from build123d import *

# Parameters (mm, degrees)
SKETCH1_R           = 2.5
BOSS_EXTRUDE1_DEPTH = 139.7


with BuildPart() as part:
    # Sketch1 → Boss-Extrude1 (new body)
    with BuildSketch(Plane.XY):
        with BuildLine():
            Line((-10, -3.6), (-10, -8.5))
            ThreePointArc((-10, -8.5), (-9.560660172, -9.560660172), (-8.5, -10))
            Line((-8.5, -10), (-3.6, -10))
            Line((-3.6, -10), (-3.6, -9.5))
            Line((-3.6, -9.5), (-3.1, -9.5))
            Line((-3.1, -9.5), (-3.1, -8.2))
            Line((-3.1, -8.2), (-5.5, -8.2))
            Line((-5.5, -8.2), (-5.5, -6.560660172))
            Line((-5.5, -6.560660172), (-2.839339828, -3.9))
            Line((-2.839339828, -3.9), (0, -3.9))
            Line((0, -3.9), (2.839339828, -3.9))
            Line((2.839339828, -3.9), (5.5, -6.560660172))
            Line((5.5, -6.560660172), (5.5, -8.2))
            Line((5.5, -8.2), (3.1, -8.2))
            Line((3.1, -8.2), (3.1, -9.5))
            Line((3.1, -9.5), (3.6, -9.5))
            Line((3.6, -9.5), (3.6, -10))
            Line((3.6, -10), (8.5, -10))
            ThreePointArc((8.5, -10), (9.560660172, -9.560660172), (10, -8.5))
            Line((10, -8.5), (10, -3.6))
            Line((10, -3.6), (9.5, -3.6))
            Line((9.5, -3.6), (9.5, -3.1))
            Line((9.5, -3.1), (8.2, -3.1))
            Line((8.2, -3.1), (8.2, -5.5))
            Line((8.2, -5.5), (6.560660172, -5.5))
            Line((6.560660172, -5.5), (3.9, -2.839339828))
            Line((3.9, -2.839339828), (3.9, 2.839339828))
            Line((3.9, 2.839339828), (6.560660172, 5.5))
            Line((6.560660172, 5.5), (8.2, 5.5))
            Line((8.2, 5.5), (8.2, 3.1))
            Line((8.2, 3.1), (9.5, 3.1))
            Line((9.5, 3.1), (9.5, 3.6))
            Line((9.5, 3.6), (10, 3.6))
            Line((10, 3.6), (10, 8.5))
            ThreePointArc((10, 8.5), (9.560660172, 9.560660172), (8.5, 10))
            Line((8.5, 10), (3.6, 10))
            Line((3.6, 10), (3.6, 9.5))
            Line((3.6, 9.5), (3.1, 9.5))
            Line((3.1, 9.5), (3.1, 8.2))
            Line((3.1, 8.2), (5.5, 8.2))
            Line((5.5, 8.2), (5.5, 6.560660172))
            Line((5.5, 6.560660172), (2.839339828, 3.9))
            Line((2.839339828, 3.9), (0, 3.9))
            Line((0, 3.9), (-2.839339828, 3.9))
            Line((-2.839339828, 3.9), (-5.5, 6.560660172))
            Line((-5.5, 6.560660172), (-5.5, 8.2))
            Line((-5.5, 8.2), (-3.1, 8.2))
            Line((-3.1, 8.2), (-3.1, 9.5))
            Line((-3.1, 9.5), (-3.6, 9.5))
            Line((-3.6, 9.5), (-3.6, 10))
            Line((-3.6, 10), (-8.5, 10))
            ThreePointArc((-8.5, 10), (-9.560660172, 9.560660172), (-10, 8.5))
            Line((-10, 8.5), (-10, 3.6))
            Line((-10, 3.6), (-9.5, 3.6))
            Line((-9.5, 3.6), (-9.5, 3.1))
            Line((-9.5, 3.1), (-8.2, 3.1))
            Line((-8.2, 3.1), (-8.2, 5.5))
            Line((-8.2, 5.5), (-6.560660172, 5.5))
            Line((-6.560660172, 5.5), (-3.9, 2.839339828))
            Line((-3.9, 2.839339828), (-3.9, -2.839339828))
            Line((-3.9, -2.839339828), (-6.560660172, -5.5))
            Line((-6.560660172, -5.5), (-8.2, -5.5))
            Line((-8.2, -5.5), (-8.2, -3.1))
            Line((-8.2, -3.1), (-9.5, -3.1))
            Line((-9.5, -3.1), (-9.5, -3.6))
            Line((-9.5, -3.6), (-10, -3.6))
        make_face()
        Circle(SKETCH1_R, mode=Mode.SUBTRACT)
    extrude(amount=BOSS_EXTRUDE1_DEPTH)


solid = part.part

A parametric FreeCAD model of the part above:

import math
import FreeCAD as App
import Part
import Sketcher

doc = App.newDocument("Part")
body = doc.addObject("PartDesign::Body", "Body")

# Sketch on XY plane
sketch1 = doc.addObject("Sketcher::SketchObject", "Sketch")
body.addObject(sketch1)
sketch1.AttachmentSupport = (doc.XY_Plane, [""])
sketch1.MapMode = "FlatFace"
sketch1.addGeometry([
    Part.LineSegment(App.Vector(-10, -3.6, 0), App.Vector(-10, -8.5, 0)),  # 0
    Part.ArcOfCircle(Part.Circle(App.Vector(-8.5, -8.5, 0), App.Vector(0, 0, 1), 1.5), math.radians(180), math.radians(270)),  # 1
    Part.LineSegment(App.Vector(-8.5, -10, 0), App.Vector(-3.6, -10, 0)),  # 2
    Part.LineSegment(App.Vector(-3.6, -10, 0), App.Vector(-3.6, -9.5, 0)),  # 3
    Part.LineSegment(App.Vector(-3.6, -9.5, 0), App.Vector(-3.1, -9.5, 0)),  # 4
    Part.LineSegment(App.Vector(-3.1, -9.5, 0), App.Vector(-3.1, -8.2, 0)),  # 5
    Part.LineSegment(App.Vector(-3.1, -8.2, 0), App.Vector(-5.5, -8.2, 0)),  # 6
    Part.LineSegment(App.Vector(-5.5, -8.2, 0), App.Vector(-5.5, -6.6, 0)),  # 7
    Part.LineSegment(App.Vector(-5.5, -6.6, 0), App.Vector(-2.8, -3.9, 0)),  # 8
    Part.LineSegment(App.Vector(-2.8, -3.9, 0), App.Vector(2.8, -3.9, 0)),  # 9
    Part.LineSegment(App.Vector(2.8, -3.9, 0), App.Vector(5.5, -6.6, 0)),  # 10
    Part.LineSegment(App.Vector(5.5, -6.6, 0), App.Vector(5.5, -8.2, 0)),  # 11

* * * * * * * * *

Your objective:
The lines from the start of the entries above through the line containing "-9.560660172), (-8.5, -10))" are the ones to return, please; copy them exactly and include both ends.

Result:
from build123d import *

# Parameters (mm, degrees)
SKETCH1_R           = 2.5
BOSS_EXTRUDE1_DEPTH = 139.7


with BuildPart() as part:
    # Sketch1 → Boss-Extrude1 (new body)
    with BuildSketch(Plane.XY):
        with BuildLine():
            Line((-10, -3.6), (-10, -8.5))
            ThreePointArc((-10, -8.5), (-9.560660172, -9.560660172), (-8.5, -10))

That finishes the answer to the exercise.